■ Task requirements: Below are several records. Retype exactly those lines running from the one with "v 10.97 0 -4.022" through the one with "v 4.896 5.08 -10.609", end lines included, and no others.

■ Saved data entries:

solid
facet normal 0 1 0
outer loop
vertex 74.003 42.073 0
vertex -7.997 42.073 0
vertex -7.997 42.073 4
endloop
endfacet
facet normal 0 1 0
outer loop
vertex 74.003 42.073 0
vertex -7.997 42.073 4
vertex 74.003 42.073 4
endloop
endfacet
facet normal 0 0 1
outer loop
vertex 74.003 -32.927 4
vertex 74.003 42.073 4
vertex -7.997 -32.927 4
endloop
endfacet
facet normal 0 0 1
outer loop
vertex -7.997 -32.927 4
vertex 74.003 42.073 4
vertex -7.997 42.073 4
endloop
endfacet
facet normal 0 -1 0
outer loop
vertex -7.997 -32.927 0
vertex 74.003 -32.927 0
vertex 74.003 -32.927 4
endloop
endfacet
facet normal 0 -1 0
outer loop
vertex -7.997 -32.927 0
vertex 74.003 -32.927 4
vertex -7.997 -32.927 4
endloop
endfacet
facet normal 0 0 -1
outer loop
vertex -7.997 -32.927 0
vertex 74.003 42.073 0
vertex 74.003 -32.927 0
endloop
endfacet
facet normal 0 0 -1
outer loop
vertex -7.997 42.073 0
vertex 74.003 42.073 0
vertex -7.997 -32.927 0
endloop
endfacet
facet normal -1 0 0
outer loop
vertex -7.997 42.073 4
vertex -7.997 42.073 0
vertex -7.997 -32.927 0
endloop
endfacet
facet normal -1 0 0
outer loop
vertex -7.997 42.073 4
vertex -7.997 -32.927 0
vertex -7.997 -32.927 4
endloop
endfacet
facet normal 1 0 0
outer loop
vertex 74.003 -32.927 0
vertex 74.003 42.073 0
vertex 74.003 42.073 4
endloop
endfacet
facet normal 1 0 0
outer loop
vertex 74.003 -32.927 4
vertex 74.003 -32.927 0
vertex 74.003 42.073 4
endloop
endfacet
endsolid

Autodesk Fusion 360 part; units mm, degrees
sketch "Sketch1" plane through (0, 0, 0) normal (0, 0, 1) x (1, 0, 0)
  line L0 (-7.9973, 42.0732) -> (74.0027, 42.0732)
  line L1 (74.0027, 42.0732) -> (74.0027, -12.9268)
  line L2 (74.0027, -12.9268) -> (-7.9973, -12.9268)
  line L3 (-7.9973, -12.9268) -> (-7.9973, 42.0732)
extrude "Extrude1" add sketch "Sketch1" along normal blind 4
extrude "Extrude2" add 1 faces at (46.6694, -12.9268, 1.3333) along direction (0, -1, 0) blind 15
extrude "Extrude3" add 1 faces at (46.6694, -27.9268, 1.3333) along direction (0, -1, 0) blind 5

==

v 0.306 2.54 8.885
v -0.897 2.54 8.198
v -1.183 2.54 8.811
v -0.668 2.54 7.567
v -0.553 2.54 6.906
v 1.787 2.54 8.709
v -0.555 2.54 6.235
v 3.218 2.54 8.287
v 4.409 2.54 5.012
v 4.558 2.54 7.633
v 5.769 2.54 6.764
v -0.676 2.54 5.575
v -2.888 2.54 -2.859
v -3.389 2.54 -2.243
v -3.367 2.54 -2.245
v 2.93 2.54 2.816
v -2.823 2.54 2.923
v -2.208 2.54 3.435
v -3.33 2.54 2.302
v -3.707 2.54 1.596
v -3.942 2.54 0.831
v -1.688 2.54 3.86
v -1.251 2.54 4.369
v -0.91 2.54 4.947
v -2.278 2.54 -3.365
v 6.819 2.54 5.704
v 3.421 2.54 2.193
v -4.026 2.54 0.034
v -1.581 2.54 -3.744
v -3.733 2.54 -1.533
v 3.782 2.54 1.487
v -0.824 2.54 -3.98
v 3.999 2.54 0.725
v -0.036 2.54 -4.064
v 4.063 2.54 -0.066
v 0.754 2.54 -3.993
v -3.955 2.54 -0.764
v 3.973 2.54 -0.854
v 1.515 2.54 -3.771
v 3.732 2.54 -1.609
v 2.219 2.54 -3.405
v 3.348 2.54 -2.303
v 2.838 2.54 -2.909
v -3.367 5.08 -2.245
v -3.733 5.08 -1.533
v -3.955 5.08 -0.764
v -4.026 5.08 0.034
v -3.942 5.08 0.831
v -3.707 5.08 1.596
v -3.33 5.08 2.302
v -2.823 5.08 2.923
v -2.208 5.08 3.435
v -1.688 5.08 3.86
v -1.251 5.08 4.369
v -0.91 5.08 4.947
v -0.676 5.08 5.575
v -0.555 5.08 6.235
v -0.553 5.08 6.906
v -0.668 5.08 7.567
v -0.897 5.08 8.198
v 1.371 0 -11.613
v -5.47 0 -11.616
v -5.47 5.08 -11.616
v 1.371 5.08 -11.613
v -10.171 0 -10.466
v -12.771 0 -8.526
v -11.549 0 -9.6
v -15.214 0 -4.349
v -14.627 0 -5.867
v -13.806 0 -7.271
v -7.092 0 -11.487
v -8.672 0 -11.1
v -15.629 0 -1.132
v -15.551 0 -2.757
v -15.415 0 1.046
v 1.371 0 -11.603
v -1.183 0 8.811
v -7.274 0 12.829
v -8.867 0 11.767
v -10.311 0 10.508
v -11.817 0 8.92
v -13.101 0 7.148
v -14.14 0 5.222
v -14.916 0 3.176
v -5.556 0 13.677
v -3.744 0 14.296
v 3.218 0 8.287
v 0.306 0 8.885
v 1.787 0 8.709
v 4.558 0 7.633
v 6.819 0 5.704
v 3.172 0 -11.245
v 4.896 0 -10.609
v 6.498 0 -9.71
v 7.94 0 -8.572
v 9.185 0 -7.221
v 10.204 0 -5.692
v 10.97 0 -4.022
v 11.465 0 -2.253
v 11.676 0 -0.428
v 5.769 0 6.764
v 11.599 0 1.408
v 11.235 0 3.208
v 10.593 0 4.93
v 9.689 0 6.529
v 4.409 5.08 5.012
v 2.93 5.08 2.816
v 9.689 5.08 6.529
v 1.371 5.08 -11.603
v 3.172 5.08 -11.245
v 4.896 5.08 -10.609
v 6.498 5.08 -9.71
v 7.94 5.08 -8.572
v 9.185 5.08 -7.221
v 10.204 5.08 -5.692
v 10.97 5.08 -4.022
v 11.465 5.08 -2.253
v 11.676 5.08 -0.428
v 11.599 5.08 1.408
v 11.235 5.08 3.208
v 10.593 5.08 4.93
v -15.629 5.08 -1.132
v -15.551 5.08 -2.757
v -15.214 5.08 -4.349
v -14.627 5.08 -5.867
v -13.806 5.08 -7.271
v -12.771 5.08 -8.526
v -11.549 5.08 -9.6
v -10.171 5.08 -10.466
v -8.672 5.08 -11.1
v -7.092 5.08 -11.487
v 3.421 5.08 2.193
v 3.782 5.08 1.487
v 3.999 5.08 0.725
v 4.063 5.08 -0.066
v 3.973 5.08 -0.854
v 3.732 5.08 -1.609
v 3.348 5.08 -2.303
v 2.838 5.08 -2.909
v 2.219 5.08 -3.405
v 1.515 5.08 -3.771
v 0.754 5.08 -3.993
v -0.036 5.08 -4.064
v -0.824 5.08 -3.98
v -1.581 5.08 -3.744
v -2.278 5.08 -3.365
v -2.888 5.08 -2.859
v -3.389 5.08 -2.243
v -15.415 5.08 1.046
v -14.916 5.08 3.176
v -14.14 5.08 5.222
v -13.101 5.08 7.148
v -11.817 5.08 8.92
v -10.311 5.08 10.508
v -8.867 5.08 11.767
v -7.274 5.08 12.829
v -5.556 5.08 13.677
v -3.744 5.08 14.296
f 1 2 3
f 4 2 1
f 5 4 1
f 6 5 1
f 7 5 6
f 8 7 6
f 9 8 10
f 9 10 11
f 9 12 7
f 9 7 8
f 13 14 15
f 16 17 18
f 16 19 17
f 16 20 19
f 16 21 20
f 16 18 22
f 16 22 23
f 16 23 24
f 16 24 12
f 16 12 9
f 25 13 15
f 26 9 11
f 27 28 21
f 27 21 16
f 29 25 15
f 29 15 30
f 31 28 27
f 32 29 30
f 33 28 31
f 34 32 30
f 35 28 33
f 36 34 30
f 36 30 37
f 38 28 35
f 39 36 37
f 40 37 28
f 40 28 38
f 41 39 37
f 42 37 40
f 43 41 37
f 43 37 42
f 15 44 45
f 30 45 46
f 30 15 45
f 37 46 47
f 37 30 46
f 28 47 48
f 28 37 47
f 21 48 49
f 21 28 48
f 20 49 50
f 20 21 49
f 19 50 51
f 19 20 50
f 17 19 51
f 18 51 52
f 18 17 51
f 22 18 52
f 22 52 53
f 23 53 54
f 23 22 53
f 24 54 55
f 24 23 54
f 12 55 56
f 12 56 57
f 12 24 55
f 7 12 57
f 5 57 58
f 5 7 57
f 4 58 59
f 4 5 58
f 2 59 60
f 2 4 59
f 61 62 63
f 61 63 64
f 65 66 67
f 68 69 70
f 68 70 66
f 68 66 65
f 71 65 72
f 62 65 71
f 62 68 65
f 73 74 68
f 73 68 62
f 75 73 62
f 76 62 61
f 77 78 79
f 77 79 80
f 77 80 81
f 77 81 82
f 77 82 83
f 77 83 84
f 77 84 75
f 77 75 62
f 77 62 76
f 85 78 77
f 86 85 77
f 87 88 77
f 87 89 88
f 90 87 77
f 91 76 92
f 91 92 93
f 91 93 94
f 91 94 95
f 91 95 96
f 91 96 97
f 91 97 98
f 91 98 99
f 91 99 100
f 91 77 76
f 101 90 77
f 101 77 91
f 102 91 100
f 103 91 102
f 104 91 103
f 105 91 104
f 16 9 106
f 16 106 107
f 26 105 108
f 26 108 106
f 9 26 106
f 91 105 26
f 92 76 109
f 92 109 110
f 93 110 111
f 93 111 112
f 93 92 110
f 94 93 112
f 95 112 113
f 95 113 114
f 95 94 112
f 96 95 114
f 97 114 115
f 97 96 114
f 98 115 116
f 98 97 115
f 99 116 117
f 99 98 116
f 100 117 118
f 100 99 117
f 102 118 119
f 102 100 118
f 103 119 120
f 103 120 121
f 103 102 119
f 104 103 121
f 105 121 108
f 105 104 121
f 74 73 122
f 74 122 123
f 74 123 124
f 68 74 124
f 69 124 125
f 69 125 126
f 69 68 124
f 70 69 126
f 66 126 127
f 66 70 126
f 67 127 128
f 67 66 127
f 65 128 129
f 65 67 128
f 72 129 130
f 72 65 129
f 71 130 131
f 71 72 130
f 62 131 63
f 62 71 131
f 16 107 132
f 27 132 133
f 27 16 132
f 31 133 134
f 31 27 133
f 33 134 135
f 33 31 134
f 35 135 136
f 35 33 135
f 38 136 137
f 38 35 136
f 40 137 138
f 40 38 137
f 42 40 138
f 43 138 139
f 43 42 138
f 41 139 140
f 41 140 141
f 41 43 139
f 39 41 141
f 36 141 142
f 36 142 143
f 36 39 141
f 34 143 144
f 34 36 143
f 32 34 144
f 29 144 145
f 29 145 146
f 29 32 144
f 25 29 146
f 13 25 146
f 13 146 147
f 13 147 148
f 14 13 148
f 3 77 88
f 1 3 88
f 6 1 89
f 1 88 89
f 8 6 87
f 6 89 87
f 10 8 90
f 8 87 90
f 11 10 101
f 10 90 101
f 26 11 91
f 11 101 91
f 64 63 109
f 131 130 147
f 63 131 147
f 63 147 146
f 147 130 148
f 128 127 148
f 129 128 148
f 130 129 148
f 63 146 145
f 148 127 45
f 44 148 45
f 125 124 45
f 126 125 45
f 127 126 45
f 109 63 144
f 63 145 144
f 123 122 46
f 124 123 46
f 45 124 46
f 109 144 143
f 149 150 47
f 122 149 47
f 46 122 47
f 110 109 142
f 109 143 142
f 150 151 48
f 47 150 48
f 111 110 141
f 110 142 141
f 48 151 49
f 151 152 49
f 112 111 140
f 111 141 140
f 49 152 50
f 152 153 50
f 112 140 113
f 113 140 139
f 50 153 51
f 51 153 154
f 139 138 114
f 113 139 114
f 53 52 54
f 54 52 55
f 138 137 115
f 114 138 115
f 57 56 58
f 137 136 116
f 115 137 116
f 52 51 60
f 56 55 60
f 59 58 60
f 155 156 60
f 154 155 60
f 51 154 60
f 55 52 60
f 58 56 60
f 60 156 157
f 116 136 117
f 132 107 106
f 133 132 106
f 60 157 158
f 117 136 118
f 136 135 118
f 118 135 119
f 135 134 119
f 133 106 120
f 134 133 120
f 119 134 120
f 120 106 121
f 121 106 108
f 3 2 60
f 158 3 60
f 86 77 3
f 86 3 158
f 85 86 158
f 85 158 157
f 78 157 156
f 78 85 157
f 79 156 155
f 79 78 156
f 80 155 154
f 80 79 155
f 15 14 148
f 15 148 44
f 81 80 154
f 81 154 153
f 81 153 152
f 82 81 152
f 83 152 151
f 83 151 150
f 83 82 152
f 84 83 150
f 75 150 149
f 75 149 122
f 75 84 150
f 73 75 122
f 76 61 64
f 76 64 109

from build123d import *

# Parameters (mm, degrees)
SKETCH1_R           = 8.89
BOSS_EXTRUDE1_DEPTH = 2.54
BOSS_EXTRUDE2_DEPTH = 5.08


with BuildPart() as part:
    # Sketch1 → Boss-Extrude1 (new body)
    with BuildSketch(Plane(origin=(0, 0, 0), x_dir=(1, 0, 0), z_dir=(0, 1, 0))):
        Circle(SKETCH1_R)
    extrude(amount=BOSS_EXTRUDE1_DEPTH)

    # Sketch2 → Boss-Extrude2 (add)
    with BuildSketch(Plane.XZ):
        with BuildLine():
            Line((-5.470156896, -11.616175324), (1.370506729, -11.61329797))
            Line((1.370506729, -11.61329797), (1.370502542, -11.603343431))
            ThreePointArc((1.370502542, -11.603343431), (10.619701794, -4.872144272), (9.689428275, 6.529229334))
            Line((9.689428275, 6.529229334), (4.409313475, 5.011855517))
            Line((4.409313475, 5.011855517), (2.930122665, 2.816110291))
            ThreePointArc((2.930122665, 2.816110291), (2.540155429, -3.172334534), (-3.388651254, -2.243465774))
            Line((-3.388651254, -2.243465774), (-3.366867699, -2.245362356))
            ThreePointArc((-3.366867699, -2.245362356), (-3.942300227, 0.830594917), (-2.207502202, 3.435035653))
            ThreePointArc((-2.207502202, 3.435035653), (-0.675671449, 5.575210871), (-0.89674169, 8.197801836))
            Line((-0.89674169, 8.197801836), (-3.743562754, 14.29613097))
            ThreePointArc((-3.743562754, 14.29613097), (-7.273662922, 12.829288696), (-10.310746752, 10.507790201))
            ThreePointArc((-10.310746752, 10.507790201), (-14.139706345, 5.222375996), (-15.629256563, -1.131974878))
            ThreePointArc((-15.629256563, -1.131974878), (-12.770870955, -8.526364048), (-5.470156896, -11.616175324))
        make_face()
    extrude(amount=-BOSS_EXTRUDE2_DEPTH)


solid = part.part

■ Exercise result:
v 10.97 0 -4.022
v 11.465 0 -2.253
v 11.676 0 -0.428
v 5.769 0 6.764
v 11.599 0 1.408
v 11.235 0 3.208
v 10.593 0 4.93
v 9.689 0 6.529
v 4.409 5.08 5.012
v 2.93 5.08 2.816
v 9.689 5.08 6.529
v 1.371 5.08 -11.603
v 3.172 5.08 -11.245
v 4.896 5.08 -10.609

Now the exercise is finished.